[Records from a dataset]
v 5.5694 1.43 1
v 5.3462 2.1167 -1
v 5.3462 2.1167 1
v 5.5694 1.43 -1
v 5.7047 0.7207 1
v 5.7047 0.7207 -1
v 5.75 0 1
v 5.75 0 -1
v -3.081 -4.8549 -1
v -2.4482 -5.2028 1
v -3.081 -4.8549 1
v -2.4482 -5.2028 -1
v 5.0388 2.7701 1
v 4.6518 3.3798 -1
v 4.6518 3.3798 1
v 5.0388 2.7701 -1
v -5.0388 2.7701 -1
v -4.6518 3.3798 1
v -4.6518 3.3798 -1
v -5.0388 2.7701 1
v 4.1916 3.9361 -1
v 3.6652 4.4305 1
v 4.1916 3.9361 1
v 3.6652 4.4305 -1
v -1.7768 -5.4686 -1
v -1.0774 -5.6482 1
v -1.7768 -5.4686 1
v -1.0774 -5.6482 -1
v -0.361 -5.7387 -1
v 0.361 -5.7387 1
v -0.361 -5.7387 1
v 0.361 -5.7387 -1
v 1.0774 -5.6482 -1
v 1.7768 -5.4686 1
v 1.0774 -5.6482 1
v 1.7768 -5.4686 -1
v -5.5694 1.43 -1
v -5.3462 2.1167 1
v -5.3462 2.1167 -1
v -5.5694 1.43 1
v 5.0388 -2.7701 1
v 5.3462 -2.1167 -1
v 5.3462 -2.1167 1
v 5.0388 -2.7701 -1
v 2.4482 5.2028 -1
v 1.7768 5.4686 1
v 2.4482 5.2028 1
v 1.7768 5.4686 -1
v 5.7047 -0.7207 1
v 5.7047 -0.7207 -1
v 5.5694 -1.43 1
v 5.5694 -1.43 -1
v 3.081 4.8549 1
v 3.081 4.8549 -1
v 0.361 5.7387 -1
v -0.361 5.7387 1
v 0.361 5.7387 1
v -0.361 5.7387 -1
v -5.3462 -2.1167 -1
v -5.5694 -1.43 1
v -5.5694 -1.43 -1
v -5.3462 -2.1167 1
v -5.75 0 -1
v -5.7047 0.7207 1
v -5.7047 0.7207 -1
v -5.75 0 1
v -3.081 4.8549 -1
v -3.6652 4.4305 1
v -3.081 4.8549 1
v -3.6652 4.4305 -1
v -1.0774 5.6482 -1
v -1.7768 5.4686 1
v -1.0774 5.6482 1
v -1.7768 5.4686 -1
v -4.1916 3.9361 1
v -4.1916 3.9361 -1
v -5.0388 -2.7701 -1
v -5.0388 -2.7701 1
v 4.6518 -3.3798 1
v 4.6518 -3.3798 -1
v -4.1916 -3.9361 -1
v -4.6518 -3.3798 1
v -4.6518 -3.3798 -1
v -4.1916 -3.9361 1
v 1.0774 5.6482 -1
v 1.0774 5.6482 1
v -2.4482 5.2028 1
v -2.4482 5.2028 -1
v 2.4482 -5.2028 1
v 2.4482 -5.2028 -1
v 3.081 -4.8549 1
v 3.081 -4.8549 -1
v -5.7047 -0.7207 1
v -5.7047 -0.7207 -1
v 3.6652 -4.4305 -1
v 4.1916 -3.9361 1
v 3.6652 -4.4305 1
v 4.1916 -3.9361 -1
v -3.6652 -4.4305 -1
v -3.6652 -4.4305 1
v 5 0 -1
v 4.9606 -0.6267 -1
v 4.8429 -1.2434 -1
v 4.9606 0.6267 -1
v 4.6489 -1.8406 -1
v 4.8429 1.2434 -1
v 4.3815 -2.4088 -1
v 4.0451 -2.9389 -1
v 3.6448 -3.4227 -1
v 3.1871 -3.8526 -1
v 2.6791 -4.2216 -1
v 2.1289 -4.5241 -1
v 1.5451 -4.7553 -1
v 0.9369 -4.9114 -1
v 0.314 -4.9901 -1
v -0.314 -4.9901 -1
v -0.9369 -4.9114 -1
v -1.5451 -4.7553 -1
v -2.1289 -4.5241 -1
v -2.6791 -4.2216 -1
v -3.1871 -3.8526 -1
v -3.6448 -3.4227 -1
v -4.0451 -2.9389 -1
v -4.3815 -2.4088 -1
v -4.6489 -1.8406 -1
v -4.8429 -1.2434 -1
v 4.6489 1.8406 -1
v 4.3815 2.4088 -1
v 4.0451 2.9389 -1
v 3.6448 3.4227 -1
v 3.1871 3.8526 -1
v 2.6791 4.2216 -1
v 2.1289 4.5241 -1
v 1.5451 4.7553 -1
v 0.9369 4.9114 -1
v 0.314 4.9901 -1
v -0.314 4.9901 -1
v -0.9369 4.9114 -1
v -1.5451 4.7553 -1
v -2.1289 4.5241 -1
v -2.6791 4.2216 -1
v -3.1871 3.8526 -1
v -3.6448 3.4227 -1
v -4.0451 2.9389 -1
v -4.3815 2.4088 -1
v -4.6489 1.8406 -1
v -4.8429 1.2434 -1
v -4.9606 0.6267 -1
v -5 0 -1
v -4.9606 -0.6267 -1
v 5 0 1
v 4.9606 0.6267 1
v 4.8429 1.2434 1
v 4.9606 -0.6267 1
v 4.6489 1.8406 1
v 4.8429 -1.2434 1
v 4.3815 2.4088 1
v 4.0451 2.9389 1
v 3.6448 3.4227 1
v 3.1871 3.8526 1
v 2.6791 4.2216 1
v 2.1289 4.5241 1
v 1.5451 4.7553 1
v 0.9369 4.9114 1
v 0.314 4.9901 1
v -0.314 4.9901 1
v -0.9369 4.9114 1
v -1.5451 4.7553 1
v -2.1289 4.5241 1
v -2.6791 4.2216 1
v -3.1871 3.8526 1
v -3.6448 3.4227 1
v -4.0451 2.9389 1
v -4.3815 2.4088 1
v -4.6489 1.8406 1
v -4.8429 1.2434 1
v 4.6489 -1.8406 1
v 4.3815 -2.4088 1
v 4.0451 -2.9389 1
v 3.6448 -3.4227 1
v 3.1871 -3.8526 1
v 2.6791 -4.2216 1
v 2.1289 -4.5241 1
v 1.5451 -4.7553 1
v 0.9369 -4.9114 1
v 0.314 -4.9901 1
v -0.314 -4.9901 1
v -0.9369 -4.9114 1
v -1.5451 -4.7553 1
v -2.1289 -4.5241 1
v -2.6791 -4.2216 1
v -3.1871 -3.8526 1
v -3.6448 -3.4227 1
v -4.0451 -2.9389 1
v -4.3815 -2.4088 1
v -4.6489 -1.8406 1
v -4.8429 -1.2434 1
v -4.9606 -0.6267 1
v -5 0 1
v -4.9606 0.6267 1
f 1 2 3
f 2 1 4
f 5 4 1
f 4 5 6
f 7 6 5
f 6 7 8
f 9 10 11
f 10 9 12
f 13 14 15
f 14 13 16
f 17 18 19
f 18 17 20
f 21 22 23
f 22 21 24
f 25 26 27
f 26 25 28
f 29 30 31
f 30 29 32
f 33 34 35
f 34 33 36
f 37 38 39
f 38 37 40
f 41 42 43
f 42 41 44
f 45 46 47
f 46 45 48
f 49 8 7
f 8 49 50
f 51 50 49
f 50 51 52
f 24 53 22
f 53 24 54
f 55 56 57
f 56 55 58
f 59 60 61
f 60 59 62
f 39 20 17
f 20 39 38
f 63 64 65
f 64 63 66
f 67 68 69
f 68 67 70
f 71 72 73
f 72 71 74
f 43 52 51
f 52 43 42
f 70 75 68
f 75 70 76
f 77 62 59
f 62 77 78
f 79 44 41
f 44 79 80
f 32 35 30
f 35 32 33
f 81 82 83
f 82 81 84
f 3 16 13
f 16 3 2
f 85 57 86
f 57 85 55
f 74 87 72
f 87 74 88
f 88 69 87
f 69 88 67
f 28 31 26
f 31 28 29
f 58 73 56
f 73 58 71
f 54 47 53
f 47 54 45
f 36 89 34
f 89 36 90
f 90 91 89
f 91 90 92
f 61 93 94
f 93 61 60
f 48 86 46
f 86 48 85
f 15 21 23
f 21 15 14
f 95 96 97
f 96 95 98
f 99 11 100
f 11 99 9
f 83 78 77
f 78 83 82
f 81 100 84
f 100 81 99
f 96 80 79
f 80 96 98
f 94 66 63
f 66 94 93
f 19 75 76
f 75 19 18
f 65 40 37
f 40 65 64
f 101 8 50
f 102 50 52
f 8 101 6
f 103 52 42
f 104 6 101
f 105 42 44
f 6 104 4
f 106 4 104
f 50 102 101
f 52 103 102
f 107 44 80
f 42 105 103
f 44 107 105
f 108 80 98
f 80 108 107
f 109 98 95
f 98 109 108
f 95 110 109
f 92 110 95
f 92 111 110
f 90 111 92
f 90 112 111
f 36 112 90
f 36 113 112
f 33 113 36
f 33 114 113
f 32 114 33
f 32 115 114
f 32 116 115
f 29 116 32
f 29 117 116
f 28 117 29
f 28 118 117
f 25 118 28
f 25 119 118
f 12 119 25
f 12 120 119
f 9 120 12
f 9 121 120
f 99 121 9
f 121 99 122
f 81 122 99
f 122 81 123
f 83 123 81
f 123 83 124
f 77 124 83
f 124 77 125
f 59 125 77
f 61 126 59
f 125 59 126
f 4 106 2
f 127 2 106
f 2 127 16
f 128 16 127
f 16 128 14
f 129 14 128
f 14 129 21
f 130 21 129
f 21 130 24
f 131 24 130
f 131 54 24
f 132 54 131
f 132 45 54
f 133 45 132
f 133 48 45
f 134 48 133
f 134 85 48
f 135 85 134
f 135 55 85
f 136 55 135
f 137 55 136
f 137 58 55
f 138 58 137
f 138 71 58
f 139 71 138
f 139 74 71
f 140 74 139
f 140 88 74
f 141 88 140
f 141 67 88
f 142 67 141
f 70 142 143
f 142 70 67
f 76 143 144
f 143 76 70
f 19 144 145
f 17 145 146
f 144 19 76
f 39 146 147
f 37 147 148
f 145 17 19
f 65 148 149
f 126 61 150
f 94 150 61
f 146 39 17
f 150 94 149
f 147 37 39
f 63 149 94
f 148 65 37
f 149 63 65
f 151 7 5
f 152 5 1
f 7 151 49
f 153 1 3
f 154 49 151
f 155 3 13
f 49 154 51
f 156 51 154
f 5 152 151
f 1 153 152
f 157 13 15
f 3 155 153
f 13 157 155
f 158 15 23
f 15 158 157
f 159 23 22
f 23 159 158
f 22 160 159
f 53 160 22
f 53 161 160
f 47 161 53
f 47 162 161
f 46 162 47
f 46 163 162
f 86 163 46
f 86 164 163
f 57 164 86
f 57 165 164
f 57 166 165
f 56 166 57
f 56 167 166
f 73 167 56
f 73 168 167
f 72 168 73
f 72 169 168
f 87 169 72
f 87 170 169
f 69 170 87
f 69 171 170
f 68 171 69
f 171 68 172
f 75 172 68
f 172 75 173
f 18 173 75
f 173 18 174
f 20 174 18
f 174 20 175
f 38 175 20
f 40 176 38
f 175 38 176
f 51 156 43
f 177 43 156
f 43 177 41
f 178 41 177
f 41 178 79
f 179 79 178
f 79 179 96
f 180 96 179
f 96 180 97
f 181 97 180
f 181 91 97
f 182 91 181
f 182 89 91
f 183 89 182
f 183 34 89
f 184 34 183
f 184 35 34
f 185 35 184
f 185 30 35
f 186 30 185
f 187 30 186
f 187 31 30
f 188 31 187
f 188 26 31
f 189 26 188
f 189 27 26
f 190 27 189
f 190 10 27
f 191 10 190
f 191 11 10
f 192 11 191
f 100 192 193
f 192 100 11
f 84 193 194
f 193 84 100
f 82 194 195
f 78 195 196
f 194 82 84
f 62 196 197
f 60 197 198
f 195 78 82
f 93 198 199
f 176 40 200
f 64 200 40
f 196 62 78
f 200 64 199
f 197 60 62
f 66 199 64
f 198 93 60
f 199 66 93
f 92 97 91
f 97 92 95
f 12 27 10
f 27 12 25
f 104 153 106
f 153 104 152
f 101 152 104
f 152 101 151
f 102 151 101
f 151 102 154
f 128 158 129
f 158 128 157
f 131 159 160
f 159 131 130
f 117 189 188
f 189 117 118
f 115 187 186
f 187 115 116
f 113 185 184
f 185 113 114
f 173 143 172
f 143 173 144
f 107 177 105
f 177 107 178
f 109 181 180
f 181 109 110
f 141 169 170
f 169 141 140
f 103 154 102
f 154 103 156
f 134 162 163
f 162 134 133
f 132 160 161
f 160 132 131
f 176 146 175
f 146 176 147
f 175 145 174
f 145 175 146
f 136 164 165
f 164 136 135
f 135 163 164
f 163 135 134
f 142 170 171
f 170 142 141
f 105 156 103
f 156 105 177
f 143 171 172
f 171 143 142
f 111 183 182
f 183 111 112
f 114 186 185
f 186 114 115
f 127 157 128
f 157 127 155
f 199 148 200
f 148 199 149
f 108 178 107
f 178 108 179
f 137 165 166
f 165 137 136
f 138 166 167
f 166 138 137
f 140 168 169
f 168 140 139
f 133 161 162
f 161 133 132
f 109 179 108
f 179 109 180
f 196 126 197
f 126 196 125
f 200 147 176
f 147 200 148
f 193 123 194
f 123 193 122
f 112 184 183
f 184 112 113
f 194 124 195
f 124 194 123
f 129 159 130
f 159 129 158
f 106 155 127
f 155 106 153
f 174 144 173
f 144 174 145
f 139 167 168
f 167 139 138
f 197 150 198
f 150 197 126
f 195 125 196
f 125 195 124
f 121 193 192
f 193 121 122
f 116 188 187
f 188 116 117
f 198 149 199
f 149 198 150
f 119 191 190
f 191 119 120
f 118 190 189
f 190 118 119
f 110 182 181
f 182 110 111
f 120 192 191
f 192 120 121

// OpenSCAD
$fn = 50;


difference() {
	union() {
		translate(v = [0, 0, -1.0000000000]) {
			cylinder(h = 2, r = 5.7500000000);
		}
	}
	union() {
		translate(v = [0, 0, -100.0000000000]) {
			cylinder(h = 200, r = 5.0000000000);
		}
	}
}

> [Work to be completed]:
Above are the entries. Quote exactly the lines from the one bearing "f 196 126 197" through the one bearing "f 193 121 122".

> [Written solution]:
f 196 126 197
f 126 196 125
f 200 147 176
f 147 200 148
f 193 123 194
f 123 193 122
f 112 184 183
f 184 112 113
f 194 124 195
f 124 194 123
f 129 159 130
f 159 129 158
f 106 155 127
f 155 106 153
f 174 144 173
f 144 174 145
f 139 167 168
f 167 139 138
f 197 150 198
f 150 197 126
f 195 125 196
f 125 195 124
f 121 193 192
f 193 121 122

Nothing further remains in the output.